Тося – мамина подруга детства, с которой они учились в университете вместе. Тогда, конечно, и мама обратила на него внимание – все-таки предмет воздыхания подруги. Вместе они стали пристально наблюдать за ним. И обнаружили в нем:
« – вдумчивость, глубокое, самостоятельное и оригинальное мышление, четкая логика в изложении, все положения аргументированы (по философии, политэкономии);
– догадливость быстрая, хорошая способность к обобщению, умение изъясняться на иностранных языках и вне занятий, приятное произношение (отметили преподаватели английского и французского языка);
– эрудиция, сила и оригинальность мыслительных процессов, умение выделить суть изучаемого явления, проблемы человека (патопсихология, психологический практикум, зоопсихология…);
– внимание, способность его длительно сосредотачиваться, записывать мысли лектора высокого уровня (именно его конспекты лекций нашего кумира проф. Б. Г. Ананьева легли в основу создания «Курса лекций…»).
А также мама с Тосей очень жалели его: «Постоянно грустен, замкнут, малоразговорчив, стеснителен, внешний вид и одежда – хуже некуда. Но и независим – старался обойтись без помощи, даже сердился, если пытались ему помочь в раздевалке, на лестнице, подать костыли или упавшую его вещь».
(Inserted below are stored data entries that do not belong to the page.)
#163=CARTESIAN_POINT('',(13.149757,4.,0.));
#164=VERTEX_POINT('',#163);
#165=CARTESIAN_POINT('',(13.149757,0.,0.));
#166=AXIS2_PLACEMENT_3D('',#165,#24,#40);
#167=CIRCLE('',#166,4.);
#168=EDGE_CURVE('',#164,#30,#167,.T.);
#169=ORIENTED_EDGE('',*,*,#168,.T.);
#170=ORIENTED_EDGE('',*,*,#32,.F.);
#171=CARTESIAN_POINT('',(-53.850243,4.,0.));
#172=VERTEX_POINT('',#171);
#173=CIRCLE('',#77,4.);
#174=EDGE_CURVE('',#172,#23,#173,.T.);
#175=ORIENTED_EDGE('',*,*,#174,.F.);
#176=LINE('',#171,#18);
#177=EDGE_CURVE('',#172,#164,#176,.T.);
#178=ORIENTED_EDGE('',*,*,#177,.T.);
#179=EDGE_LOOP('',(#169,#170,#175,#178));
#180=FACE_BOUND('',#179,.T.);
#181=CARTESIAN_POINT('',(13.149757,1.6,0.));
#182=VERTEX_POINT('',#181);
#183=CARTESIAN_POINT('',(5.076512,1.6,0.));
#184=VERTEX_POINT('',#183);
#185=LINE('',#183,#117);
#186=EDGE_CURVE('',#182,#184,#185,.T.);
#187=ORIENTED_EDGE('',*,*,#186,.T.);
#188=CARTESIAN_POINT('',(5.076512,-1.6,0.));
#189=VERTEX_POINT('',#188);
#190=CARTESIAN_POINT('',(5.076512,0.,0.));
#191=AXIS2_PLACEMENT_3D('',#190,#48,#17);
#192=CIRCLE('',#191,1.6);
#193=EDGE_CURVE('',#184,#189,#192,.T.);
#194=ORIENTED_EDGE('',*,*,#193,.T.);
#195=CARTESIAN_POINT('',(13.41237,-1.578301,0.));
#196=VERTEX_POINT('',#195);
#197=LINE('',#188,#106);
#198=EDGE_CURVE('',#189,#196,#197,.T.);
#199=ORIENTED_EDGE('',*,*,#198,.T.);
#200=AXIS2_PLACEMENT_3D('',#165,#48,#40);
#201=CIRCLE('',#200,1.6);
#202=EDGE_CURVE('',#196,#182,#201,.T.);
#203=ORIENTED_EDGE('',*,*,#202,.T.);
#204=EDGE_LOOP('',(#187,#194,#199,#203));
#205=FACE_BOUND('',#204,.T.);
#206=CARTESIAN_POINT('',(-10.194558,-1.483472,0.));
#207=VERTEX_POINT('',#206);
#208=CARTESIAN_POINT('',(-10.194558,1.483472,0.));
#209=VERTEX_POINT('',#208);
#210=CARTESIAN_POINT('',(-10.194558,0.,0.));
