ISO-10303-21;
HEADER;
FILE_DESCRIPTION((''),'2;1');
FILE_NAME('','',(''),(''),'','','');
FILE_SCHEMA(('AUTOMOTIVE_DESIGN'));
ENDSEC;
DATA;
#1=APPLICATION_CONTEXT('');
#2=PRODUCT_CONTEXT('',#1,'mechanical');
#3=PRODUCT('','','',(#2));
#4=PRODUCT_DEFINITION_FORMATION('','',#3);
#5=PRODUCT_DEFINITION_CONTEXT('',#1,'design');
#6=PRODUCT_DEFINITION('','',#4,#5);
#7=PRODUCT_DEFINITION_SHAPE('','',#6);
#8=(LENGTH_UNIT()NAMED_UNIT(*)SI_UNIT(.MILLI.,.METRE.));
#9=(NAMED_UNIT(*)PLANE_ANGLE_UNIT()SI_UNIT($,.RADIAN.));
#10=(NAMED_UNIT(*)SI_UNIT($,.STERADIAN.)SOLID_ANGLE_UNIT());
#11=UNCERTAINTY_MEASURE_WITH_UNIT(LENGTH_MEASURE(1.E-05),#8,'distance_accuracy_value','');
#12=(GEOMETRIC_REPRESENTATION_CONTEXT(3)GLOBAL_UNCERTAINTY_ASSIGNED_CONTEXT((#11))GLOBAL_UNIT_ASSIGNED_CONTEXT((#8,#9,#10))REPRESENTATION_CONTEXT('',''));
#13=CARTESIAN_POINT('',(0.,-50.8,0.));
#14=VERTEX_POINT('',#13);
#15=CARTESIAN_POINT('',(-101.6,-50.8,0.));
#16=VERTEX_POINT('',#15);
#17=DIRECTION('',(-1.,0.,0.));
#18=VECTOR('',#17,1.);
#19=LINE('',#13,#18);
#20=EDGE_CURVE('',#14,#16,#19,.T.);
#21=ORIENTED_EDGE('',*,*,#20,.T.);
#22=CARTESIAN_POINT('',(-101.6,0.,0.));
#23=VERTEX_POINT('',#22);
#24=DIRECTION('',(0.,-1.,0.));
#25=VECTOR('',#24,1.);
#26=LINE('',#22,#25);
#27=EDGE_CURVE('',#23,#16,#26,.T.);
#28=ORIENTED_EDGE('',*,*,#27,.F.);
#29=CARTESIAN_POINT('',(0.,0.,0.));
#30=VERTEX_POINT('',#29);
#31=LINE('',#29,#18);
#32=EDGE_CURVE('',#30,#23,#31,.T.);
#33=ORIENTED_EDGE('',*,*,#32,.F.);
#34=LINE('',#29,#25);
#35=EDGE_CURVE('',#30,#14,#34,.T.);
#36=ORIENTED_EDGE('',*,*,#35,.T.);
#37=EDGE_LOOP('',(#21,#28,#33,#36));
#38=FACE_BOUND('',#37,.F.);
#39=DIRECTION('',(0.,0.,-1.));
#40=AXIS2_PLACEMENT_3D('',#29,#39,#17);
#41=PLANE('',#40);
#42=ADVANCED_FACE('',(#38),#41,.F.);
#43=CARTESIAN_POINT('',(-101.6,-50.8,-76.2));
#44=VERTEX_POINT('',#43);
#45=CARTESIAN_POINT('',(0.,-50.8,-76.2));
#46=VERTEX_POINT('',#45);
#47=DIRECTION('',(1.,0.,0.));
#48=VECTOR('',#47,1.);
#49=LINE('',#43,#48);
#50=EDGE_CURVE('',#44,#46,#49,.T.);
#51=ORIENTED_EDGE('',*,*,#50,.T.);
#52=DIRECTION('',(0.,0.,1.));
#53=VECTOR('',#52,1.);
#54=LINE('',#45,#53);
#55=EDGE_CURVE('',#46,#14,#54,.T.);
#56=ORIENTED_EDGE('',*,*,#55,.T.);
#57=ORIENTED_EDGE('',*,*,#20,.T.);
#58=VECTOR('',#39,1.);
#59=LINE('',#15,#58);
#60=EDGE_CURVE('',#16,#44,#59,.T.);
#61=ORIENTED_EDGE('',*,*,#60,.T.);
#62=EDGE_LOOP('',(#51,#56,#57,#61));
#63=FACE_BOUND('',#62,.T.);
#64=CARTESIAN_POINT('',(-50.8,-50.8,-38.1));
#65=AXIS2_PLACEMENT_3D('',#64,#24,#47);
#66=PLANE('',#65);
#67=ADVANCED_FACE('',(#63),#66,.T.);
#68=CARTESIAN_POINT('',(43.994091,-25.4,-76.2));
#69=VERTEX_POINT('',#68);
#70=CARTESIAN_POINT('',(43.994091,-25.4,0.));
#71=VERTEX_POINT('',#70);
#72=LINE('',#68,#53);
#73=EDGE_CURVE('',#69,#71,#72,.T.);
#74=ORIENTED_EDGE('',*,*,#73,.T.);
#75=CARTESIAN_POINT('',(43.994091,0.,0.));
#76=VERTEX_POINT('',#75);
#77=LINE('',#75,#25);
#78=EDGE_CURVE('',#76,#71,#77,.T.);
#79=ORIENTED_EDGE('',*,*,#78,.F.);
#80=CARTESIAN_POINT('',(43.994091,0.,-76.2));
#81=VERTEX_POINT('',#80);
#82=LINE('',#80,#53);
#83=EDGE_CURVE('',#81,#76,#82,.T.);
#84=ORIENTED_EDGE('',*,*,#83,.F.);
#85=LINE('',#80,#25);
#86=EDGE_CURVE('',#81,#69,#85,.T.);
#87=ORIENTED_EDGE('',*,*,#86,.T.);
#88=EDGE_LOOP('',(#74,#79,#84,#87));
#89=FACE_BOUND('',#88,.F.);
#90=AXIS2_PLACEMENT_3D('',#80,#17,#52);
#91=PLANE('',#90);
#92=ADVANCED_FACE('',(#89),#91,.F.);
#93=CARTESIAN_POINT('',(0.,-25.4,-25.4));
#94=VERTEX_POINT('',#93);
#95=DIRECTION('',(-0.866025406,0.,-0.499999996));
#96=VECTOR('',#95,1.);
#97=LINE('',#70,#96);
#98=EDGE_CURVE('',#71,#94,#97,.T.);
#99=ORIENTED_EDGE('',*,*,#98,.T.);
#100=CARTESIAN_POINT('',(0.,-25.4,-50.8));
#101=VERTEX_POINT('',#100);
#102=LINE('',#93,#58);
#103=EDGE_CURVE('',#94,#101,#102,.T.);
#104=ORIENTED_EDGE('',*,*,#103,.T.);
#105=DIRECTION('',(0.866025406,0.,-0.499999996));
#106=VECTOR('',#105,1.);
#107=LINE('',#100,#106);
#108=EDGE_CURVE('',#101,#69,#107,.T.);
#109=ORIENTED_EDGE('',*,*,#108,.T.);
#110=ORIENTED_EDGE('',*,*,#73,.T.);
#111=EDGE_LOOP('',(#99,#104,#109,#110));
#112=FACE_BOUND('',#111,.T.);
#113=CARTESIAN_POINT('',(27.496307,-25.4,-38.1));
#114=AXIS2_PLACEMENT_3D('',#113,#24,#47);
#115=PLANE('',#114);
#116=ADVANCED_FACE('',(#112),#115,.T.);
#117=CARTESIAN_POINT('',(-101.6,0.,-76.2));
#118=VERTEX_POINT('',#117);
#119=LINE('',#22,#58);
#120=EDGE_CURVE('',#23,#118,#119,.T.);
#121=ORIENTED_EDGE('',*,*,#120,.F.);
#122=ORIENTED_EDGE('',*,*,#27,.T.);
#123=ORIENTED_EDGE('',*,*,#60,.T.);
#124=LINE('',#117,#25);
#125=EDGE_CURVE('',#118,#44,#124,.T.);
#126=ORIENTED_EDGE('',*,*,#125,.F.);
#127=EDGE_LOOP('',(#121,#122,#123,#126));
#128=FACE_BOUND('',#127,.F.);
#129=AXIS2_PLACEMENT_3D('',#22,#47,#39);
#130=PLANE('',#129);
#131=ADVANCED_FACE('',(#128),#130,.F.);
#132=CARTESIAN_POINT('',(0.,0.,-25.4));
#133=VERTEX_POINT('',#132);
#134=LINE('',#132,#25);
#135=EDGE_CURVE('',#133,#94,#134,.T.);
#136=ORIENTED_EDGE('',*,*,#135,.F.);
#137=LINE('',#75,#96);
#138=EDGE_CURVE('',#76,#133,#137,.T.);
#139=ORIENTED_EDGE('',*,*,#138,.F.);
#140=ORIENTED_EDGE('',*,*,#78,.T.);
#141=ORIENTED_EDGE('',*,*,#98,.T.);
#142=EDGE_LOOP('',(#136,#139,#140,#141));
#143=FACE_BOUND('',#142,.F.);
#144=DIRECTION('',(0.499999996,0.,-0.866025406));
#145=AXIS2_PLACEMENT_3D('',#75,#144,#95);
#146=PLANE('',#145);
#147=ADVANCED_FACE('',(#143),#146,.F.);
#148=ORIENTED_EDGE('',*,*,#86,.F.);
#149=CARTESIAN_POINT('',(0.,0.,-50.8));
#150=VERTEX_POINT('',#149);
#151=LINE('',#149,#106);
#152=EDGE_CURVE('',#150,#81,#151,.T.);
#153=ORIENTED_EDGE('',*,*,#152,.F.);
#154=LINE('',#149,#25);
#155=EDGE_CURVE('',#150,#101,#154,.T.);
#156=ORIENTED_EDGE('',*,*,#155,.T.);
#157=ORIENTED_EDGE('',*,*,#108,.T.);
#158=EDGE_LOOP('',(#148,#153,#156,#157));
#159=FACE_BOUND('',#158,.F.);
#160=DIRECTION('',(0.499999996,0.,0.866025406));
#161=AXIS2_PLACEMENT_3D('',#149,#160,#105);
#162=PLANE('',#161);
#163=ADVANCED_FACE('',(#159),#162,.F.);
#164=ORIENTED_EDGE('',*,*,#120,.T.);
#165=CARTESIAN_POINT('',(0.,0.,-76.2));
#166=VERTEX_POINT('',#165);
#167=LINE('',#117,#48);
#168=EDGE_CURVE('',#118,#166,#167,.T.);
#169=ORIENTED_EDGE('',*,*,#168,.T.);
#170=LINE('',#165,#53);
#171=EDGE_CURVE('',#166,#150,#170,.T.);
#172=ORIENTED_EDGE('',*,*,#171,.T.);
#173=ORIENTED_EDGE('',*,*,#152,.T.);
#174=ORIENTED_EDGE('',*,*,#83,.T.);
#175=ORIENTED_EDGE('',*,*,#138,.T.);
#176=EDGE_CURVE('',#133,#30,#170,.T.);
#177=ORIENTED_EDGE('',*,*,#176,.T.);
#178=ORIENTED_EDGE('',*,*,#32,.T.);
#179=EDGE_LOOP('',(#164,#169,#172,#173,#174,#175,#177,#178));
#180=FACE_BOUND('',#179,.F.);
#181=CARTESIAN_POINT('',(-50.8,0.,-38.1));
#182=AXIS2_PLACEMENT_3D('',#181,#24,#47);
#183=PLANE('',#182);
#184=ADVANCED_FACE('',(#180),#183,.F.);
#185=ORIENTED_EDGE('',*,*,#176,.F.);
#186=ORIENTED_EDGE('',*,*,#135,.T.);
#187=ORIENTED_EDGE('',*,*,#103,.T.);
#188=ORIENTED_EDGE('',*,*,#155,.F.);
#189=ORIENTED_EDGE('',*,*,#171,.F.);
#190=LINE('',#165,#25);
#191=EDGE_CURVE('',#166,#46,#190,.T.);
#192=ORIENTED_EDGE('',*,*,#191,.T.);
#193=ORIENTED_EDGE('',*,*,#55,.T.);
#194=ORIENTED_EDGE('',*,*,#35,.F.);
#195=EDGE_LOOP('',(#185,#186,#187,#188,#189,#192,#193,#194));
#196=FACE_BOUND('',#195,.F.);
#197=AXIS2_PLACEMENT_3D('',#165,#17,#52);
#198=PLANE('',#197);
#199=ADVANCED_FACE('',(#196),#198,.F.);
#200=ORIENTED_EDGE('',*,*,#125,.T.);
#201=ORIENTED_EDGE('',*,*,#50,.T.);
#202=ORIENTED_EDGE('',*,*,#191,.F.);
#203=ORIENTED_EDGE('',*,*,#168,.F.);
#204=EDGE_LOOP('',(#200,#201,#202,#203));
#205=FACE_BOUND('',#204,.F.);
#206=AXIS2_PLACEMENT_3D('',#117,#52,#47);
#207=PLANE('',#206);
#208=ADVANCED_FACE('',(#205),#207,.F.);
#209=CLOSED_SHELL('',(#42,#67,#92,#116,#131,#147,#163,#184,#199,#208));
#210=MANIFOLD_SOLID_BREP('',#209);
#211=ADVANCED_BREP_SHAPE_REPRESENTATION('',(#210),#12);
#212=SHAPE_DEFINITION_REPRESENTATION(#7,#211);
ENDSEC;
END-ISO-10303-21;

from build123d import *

# Parameters (mm, degrees)
F1_DEPTH = 50.8
F2_DEPTH = 25.4


with BuildPart() as f1:
    # F0 (on Front) → F1 (new body)
    with BuildSketch(Plane.XZ):
        Polygon((0, -25.4), (0, 0), (-101.6, 0), (-101.6, -76.2), (0, -76.2), (0, -50.8), align=None)
    extrude(amount=F1_DEPTH)

    # F0 (on Front) → F2 (join)
    with BuildSketch(Plane.XZ):
        Polygon((43.994091, 0), (0, -25.4), (0, -50.8), (43.994091, -76.2), align=None)
    extrude(amount=F2_DEPTH)


solid = f1.part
Вообще, у отца был протез, который он получил вскоре после выписки из госпиталя. Но операция по ампутации была сделана неправильно (в полевых-то условиях!) – и когда отец надевал протез, то вскоре рана начинала сильно болеть и кровоточить. Эти боли продолжались всю жизнь, даже когда появились более хорошие протезы.
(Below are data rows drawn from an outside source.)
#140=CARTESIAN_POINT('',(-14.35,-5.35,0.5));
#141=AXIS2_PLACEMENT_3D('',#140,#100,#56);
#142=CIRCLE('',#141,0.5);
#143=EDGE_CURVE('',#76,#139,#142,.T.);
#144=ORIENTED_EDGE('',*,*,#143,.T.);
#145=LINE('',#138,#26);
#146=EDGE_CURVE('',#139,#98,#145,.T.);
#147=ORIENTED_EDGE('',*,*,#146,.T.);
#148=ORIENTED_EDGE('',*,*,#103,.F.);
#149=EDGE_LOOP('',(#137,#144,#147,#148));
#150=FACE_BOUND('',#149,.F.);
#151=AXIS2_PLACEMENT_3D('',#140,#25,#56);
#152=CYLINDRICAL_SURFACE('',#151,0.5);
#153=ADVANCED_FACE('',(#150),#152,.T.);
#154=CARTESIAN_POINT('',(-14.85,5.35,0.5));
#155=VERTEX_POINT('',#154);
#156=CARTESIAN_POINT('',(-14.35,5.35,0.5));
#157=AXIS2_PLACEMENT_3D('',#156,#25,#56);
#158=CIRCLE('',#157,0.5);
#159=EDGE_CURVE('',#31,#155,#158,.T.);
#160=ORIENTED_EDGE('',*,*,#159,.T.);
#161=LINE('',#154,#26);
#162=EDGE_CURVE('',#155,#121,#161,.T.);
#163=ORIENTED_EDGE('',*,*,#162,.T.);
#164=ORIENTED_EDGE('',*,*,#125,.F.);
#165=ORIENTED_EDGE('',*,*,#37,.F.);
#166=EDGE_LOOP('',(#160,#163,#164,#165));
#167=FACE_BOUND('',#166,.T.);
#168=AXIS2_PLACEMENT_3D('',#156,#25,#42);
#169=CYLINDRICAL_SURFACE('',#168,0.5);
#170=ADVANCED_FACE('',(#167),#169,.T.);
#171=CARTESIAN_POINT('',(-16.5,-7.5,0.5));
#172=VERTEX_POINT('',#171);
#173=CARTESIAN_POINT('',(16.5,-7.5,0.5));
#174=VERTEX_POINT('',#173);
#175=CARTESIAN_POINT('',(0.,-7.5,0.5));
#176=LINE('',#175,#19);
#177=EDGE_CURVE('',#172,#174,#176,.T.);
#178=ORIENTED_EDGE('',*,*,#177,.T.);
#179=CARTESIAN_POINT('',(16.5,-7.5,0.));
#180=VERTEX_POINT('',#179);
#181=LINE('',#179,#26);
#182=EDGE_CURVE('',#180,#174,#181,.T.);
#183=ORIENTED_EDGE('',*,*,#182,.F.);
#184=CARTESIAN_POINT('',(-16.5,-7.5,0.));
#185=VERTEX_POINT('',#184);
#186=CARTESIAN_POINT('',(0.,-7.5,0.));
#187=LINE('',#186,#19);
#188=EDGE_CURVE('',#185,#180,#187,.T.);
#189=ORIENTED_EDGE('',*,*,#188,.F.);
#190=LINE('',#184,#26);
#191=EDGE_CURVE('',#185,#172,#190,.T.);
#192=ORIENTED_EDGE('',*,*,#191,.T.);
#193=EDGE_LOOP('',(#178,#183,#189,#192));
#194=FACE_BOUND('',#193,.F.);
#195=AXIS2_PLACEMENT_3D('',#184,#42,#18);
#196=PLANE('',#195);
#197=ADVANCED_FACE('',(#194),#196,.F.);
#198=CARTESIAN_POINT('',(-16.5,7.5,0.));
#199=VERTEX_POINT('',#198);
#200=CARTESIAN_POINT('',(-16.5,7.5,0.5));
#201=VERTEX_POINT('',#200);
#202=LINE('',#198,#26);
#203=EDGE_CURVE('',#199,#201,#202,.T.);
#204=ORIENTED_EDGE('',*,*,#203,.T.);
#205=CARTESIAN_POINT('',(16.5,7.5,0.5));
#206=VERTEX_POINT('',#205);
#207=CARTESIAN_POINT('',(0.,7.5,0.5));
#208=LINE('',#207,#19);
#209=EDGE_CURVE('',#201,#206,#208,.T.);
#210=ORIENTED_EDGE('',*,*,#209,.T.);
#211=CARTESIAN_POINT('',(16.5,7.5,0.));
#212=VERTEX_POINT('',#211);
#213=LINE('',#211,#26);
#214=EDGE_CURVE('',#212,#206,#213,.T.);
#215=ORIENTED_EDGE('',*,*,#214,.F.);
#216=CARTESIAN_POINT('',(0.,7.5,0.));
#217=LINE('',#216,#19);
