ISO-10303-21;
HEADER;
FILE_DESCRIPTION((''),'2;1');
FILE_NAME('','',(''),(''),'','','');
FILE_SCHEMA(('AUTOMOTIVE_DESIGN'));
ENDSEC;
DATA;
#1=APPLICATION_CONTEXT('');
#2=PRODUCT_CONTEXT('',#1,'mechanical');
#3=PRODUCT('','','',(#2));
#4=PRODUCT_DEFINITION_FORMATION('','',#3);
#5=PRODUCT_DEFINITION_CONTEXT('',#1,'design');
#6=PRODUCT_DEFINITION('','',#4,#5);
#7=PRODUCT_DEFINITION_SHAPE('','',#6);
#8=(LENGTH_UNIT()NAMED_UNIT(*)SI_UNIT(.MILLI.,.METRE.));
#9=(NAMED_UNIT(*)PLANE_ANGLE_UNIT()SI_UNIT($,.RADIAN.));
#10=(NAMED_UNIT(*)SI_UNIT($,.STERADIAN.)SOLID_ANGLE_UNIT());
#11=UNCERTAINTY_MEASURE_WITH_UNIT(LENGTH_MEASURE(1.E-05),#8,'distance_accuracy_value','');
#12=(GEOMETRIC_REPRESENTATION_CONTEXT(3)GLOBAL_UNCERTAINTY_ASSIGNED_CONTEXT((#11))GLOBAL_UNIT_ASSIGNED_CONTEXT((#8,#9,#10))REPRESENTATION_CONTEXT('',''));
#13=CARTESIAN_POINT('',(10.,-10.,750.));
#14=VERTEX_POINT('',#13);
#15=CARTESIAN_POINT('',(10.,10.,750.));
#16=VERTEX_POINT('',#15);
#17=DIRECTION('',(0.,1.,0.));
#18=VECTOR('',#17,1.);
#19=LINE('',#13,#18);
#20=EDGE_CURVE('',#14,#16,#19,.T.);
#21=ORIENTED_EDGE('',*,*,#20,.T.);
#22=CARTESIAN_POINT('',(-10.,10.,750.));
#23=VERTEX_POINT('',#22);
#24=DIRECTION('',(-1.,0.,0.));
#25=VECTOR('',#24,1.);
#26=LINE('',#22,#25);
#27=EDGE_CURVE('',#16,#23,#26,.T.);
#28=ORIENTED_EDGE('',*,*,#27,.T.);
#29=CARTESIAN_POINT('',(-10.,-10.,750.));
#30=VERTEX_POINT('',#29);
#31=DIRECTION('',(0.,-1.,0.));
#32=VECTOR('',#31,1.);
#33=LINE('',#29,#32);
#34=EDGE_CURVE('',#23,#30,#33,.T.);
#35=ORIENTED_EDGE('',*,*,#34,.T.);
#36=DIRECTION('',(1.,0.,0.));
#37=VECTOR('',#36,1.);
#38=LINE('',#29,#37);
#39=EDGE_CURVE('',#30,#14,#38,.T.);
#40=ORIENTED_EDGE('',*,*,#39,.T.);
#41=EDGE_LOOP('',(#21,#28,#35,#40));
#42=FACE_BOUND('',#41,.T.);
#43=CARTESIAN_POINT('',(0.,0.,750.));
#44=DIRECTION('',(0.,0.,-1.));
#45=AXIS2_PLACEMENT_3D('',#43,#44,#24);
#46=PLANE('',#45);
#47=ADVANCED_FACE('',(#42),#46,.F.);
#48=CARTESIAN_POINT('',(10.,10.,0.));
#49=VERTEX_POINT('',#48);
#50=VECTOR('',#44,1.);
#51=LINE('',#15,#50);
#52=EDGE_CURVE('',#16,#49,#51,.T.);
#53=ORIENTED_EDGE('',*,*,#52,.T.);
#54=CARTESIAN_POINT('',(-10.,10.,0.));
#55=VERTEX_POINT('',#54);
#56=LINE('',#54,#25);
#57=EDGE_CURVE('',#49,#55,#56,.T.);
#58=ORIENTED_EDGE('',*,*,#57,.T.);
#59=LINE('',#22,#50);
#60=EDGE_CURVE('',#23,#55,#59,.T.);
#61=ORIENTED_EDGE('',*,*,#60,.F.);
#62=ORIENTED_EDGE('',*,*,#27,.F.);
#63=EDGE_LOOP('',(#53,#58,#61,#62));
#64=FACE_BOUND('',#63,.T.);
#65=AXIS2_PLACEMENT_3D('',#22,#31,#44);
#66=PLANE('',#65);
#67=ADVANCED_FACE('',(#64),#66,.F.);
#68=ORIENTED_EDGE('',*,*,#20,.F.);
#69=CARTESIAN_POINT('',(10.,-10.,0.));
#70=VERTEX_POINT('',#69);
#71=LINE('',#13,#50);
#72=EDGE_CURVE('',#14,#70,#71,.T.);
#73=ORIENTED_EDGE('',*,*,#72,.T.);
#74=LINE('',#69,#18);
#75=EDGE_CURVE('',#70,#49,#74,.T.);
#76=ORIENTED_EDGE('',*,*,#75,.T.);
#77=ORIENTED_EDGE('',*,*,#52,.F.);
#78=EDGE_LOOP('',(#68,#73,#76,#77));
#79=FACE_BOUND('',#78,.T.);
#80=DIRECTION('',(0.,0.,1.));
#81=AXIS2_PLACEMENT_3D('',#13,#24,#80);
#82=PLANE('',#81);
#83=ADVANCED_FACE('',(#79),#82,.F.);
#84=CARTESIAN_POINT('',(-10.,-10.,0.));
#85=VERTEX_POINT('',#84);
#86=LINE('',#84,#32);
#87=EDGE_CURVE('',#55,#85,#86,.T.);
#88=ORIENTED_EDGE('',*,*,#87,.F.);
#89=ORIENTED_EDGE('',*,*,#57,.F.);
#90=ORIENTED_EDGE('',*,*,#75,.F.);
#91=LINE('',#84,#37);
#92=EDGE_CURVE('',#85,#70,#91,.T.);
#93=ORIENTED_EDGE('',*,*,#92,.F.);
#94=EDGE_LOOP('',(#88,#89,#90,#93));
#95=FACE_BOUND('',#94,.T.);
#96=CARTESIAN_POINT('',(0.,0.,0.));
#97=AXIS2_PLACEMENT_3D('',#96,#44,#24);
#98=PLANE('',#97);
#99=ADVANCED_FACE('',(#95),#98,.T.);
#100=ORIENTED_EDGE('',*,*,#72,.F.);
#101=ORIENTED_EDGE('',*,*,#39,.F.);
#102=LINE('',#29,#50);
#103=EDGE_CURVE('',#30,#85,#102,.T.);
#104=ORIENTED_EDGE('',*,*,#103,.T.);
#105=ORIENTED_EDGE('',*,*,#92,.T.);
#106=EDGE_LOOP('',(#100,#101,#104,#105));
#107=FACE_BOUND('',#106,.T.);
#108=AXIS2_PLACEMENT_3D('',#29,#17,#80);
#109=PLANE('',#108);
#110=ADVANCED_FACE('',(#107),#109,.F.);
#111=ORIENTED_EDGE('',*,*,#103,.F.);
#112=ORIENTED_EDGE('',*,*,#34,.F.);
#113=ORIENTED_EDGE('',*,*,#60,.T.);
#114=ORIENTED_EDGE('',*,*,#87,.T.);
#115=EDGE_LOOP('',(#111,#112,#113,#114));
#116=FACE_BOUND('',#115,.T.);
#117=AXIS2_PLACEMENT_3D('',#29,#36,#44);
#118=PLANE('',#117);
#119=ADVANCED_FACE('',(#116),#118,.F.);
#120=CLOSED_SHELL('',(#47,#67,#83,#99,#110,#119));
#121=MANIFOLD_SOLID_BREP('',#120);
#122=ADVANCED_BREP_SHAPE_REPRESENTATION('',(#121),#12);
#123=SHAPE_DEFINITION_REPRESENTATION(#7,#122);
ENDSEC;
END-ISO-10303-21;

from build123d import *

# Parameters (mm, degrees)
SKETCH_1_W      = 20
SKETCH_1_H      = 20
EXTRUDE_1_DEPTH = 750


with BuildPart() as part:
    # 草图1 → 凸台-拉伸1 (new body)
    with BuildSketch(Plane.XY):
        Rectangle(SKETCH_1_W, SKETCH_1_H)
    extrude(amount=EXTRUDE_1_DEPTH)


solid = part.part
Тося продолжать неровно дышать к отцу, страдала, делилась с мамой своими переживаниями, прямо не знала, что делать, а мама, как настоящая подруга, поддерживала с ней эти разговоры, старалась ей хоть как-нибудь помочь. Однажды она решила, что надо, так сказать, разрубить неизвестность, и предложила Тосе поговорить с предметом воздыхания и выяснить отношения. Но Тося робела и не могла найти в себе смелость сделать это. Тогда мама — опять же как настоящая подруга — предложила свою помощь. Тося, конечно, радостно согласилась. Наивное поколение! Мы-то сейчас, конечно, знаем, чем такие вещи заканчиваются. Я даже помню песню из наших студенческих лет точно с таким же сюжетом, которая заканчивается словами: «В любви надо прямо и смело задачи решать самому, и это серьезное дело нельзя доверять никому». Но в те годы этой песни, наверное, еще не было, а может, Тося не участвовала в художественной самодеятельности. Или, может, даже и самодеятельности еще не было, а может, Тося просто не любила песни. В любом случае последствия не заставили себя ждать. Я, конечно, не был свидетелем этого разговора, но вполне себе представляю, как мама, ответственно подойдя к делу (а она ко всему всю жизнь подходила ответственно), приготовила основные мысли, продумала возможные ответы и, может быть, даже написала тезисы беседы. И пошла выяснять судьбу подруги. А в результате выяснила свою. «Я предложила ей узнать о его отношении (влезла на го̀ре со своей помощью!) … Павлик в ответ признался, что он любит меня, что удивляется моей недогадливости об этом… Мне хотелось провалиться сквозь землю – что и как я скажу Тосе?! Но что делать – мы всегда были правдивы друг с другом. Драматическая ситуация, а тогда она казалась трагической (мы обе ужасно переживали, но „про себя“), через какое-то время… пришло мудрое смирение: мы продолжали общаться, были дружны и заботливы друг о друге (до конца жизни!)».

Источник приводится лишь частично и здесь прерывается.